Kritik der Kassen kommt bei Klinikträgern schlecht an

Die Führung der Deutschen Krankenhausgesellschaft (DKG) zeigt sich empört über die Kritik der GKV. Die Schlussfolgerungen von einem „goldenen Krankenhausfinanzierungsjahr“ seien nicht zutreffend. Ein reiner Vergleich mit den Vorjahreszahlen verschweige die Preissteigerungen und die Lohnentwicklung: „Preisbereinigt wird die GKV in der größten Gesundheitskrise der Bundesrepublik Deutschland nach dem Zweiten Weltkrieg weniger für die stationäre Versorgung ausgegeben haben als im Vorjahr.“ Außerdem hätten ambulante Erlöse und Wahlleistungseinnahmen eingerechnet werden müssen. Die Mehrausgaben für beispielsweise Schutzausrüstungen minderten ebenfalls die Erlössituation gravierend. Dennoch: Auch die DKG sieht Schwachstellen. „Die Pandemie hat verdeutlicht, dass Gesundheitsversorgung neu gedacht werden muss“, so das Fazit nach dem Krankenhausgipfel 2021. DKG-Vorstandsvorsitzender Dr. Gerald Gaß sieht eine sektorenübergreifende regionale Neuordnung der Versorgung als einzigen Weg, um dauerhaft hochwertige Qualität in Deutschland sicherzustellen. Die DKG fordert zugleich „mit großem Nachdruck“ ein Ende der Überregulierung des Gesetzgebers und des G-BA bis hin­ein in die operativen Prozesse der Krankenhausorganisation.
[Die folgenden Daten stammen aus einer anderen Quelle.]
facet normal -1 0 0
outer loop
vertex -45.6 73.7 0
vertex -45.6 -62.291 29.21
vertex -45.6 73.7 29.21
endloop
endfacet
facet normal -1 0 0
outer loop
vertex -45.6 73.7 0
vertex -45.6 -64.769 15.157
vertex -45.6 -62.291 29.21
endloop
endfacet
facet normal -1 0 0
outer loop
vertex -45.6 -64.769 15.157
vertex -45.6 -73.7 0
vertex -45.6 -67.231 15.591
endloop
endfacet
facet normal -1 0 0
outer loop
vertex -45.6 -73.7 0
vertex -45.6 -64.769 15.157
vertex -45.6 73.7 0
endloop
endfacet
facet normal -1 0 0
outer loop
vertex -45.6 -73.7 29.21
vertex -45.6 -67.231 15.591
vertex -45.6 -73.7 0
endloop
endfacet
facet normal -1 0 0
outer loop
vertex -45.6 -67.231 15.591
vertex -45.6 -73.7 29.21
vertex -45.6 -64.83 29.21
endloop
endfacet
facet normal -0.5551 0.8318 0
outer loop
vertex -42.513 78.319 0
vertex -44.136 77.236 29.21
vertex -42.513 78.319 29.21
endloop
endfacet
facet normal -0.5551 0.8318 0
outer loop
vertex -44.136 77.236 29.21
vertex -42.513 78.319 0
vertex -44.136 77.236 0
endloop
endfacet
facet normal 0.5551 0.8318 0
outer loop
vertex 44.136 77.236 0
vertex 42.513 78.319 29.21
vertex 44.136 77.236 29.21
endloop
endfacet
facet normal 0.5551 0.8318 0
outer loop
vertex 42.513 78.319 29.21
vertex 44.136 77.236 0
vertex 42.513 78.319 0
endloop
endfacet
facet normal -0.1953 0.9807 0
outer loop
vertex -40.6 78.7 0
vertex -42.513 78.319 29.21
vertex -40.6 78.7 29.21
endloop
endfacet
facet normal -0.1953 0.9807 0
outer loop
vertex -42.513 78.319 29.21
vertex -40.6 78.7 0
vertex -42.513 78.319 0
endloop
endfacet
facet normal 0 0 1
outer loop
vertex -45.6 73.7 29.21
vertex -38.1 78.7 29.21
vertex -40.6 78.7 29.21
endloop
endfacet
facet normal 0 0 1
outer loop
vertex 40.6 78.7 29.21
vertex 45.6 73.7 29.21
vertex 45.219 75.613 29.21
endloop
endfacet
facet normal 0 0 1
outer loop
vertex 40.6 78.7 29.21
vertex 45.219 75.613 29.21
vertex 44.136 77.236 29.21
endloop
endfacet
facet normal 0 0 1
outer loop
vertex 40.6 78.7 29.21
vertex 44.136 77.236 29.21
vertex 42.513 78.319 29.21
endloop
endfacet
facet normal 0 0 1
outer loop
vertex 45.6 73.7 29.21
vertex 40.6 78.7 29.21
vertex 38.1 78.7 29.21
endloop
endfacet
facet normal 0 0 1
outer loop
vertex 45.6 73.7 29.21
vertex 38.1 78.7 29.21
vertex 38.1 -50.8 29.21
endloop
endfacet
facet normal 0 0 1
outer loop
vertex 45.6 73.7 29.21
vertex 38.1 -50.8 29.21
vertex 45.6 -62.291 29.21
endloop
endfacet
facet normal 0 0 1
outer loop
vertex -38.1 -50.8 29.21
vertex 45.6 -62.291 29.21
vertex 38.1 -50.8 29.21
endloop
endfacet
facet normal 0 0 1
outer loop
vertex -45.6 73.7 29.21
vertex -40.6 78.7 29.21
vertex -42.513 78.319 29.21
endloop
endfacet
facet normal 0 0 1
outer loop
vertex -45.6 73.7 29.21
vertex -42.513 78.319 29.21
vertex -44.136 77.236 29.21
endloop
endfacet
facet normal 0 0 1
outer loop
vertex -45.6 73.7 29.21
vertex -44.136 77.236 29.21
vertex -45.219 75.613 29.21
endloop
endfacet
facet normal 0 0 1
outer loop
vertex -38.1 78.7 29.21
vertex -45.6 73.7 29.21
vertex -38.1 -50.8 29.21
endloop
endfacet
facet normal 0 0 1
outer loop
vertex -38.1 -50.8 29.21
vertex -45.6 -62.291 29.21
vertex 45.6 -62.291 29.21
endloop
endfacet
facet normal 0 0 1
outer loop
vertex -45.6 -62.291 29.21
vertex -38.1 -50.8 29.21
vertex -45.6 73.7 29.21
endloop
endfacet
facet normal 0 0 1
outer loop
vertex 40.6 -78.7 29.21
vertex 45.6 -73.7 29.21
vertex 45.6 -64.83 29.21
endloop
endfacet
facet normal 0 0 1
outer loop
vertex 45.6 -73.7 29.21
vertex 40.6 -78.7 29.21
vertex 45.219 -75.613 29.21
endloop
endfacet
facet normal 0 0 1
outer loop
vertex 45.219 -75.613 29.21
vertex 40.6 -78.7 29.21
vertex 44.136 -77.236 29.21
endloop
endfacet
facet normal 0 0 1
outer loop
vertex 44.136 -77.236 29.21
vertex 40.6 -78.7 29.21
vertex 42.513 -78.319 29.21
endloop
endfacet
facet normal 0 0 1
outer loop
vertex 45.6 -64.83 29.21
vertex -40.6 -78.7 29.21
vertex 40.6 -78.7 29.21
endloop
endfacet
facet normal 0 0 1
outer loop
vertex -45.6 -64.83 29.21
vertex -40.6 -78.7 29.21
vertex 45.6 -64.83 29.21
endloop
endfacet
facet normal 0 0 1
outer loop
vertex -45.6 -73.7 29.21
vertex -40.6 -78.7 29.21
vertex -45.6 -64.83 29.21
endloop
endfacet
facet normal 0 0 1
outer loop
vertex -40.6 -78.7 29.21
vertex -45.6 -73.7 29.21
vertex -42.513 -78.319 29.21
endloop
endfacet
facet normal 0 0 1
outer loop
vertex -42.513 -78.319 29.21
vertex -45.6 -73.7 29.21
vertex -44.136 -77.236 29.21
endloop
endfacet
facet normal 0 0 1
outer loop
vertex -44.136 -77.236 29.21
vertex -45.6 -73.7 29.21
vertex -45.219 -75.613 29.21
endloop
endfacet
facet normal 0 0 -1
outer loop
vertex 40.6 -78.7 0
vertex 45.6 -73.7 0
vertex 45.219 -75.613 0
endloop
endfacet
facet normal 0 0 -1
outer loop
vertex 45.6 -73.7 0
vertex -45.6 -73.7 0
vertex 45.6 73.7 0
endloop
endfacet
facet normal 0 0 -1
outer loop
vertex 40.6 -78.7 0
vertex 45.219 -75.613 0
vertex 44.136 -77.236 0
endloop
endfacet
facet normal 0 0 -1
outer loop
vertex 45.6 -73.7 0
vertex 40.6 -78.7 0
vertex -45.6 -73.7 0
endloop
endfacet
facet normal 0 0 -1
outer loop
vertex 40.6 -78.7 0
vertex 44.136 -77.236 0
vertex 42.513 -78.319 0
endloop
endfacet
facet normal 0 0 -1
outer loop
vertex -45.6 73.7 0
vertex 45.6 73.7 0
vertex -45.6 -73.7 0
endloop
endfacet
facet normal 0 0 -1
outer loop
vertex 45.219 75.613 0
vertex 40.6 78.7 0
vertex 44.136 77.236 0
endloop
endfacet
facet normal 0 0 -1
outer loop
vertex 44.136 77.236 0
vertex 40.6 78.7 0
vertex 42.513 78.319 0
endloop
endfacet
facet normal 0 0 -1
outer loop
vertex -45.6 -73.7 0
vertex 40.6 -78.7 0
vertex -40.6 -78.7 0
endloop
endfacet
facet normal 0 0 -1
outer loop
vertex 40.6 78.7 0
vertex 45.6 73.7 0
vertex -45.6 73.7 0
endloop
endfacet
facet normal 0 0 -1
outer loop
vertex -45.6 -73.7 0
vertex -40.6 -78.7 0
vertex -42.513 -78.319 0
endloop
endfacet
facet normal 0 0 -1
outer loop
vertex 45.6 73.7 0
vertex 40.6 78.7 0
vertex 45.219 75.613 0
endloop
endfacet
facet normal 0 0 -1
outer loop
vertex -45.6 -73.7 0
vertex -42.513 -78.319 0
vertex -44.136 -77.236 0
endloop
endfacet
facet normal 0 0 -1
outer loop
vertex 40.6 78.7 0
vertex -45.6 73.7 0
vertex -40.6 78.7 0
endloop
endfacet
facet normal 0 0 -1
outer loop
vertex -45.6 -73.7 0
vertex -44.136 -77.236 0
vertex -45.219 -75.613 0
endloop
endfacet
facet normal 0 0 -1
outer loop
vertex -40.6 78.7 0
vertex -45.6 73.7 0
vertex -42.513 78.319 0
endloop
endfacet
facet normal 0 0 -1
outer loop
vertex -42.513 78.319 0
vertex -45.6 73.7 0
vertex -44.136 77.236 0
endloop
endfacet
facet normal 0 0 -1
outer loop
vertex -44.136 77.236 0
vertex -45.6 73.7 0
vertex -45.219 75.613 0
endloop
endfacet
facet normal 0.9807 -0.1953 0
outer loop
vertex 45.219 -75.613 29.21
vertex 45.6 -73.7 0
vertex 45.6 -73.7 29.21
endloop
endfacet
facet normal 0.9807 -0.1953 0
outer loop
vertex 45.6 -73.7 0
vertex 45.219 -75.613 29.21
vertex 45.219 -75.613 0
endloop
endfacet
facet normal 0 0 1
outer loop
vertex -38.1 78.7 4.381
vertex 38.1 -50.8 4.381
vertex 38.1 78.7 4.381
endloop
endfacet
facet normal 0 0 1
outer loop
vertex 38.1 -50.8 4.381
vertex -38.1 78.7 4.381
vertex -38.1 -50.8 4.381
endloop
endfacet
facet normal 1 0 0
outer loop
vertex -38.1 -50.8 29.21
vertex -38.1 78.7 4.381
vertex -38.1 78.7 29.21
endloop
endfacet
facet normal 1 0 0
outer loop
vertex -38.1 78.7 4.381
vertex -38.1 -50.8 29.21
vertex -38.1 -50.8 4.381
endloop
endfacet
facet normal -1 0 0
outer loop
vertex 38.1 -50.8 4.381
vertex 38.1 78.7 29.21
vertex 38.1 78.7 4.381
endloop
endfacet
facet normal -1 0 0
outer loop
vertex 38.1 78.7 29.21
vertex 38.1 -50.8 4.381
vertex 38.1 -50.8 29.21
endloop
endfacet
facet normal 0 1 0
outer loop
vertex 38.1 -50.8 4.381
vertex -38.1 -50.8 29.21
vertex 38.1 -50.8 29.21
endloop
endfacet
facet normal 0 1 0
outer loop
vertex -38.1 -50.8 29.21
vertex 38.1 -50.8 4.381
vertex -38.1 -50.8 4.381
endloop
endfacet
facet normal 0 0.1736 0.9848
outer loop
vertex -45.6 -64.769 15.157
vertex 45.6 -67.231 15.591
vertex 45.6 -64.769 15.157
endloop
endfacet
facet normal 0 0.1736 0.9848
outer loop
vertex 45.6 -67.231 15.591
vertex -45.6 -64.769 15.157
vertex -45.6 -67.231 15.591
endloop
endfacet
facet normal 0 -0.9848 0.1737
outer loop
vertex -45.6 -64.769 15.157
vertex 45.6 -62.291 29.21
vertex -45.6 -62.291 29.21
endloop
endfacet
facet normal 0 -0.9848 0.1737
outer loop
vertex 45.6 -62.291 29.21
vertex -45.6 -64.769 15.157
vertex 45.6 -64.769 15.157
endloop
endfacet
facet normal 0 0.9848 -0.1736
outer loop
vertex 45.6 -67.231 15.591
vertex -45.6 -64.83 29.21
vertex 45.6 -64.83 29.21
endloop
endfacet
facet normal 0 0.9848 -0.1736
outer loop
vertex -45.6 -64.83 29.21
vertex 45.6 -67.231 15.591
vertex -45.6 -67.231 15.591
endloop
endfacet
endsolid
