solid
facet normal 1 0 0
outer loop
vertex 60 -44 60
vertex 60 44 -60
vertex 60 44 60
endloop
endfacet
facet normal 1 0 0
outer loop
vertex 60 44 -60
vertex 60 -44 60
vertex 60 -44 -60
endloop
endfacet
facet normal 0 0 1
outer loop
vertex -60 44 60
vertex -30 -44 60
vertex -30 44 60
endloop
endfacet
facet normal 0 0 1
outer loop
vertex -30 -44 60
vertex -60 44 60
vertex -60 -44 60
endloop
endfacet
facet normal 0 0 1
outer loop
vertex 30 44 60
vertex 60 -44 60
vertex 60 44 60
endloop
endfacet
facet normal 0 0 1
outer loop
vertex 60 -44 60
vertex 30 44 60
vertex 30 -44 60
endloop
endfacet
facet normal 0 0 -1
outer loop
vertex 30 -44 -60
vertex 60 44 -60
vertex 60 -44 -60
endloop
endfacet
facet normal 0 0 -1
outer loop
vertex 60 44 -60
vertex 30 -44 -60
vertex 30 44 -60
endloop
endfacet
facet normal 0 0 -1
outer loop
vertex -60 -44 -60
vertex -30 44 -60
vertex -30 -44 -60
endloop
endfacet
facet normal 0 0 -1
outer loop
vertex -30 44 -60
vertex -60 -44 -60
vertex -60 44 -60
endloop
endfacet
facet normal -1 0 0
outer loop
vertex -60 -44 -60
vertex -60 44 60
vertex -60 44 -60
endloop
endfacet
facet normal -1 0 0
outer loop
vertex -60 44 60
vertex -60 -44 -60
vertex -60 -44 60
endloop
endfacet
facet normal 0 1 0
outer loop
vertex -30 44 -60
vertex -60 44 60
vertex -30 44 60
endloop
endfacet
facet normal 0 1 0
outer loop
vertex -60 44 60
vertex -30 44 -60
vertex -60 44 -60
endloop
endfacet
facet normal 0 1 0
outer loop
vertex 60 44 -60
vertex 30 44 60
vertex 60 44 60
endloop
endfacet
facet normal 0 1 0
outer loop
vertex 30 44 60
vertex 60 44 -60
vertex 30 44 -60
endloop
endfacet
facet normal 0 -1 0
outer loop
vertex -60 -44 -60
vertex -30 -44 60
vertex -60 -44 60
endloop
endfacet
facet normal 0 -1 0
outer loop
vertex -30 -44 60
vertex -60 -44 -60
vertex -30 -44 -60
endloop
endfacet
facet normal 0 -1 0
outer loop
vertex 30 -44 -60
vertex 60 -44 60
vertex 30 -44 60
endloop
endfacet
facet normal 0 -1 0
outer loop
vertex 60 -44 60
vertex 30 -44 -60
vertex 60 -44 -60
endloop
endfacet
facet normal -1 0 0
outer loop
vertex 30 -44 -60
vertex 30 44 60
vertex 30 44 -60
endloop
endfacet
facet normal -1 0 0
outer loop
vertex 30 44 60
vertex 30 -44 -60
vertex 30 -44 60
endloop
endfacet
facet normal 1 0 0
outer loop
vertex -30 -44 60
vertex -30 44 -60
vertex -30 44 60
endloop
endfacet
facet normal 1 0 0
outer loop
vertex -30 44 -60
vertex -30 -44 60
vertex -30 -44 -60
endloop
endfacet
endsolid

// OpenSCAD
module mains_transformer() {
    difference() {
        // Main body of the transformer
        cube([120, 88, 120], center=true);
        
        // Cutout for the core
        translate([-30, -44, -60])
            cube([60, 88, 120], center=false);
    }
}

mains_transformer();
Wird die nächste Regierung große Veränderungen wagen?

Bundesgesundheitsminister Jens Spahn hat vielen Bereichen seinen Stempel aufgedrückt. Dazu gehören auch Verbesserungen bei Klinikfinanzen und bei der Pflege. An eine Reform der stationären Versorgung, die ohne ein grundlegendes Umdenken Richtung sektorenübergreifende Versorgung nicht zu machen ist, hat sich jedoch auch diese Koalition nicht herangetraut. Interessant wird deshalb sein, mit welchen gesundheitspolitischen Zielen die nächste Regierung ins Rennen starten wird – Stichwort neuer Koalitionsvertrag –, und ob die Mahnungen von Kassen, Kliniken und Gesundheitswissenschaftlern Niederschlag finden werden. Ideen für den Kurswechsel gibt es jedenfalls schon lange reichlich.